Are you anticipating any positive changes in procedure or legislation that may be in the pipeline?
It is an exciting time for Ambulance Victoria following the release of the Ambulance Policy and Performance Consultative Committee’s final report in December 2015. The report flags several reforms, including increasing the use of our secondary triage service and improving community awareness about when to call Triple 0 for an ambulance.
The secondary triage service links people to alternative appropriate health professionals in order to ensure emergency ambulances are available for the sickest patients in our community.
Increasing the quantity and quality of training for operational staff is also a major priority over the next 12 months.
As outlined in the Ambulance Performance and Policy Consultative Committee final report, we are implementing 40 hours a year of continuing professional education for all operational staff.
The increased training is more than double the number of face-to-face training hours per operational staff member in 2014/15.
What are some of the challenges facing paramedics in the field? Where are the gaps that if filled, would make a real impact to how you deliver your service?
Non-urgent calls can impact our ability to respond to life-threatening cases. Whilst we always want people who are truly sick to call for an ambulance, it is important for the community to understand the impact non-urgent calls can have on resources. We need to make sure we keep our emergency ambulances available for the sickest patients in the community.
It can also be frustrating to attend call outs which may be avoidable, especially when there is a lot of public education and repeated warnings about them. For example, paramedics were called to 1433 cases of children locked in cars in the year to 31 August 2015. While many of these cases were accidental, some of them were deliberate. Leaving a child in a car is avoidable and can have potentially lethal consequences.
Alcohol is a significant issue in society and has obvious impacts on the work of paramedics. Paramedics were called to 12,482 alcohol-related cases in metropolitan Melbourne in 2013-14 and 4043 in regional Victoria. Many of these cases were avoidable.
Can you give me any examples of how technology is helping your paramedics to improve patient outcomes and reduce job stress?
We have recently replaced our helicopter fleet.
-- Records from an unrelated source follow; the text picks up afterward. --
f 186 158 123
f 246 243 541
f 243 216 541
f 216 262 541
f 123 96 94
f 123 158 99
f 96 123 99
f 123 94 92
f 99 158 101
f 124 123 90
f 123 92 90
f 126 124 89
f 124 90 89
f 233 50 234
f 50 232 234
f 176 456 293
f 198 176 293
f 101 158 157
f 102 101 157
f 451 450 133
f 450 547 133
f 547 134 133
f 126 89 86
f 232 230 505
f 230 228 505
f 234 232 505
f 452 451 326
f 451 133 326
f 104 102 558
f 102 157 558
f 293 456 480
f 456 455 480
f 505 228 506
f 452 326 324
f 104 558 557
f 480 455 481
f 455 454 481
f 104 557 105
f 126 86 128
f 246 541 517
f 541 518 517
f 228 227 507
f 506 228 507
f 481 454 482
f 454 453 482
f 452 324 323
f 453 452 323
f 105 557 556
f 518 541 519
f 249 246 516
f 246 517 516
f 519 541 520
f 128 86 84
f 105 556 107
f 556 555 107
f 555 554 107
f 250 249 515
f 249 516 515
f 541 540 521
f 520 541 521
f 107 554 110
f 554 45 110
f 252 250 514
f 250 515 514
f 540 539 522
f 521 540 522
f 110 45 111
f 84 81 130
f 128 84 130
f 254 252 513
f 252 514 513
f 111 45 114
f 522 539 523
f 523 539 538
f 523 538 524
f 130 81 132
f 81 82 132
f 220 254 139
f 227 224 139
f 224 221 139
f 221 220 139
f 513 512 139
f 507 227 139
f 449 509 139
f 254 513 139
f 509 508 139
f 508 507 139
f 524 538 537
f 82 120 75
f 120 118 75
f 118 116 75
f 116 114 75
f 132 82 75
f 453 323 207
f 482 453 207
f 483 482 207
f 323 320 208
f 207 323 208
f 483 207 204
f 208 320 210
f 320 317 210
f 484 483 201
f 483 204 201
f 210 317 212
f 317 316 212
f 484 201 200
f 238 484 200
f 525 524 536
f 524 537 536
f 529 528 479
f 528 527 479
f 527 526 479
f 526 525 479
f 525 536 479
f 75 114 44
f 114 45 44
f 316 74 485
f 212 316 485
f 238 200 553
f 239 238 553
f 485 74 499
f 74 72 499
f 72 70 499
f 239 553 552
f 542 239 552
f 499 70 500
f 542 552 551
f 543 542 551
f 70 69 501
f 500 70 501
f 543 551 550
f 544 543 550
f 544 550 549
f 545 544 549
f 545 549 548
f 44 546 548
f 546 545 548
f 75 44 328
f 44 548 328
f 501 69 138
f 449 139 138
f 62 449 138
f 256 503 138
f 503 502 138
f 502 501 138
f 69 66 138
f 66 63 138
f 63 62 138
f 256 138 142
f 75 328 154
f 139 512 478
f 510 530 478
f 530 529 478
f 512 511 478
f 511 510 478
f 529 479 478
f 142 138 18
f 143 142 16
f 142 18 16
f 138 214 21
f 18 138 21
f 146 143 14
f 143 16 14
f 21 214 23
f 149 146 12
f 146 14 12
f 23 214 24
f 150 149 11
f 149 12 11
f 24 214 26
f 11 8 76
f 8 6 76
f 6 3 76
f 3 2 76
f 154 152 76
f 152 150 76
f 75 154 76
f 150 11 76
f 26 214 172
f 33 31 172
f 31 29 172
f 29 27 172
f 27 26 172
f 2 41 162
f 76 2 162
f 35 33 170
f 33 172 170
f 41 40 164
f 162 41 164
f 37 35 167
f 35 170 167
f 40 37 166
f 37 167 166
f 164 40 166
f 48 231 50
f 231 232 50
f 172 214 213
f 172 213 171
The new AW-139s are faster and can travel longer distances than our previous helicopters, meaning our MICA flight paramedics can provide even better patient care. MICA flight paramedics have also been trained to use an ultrasound machine, meaning they can better identify bleeding in the abdomen and can give the destination hospital early information about the patient’s injuries and condition.
With the introduction of 12 lead ECG machines, we have also used technology to allow for the ECG to be transmitted before the ambulance arrives at hospital. This allows the receiving hospital staff to analyse the ECG and prepare for interventions prior to the patient arriving, therefore minimising the delay to the patient and improving their chance of a full recovery.
The provision of Mobile Data Terminals (MDT) with satellite navigation in metropolitan ambulances has improved communication with our communications centre and hospitals, while also providing additional guidance to locate a patient. This can be particularly valuable for students learning to navigate streets they may not be familiar with.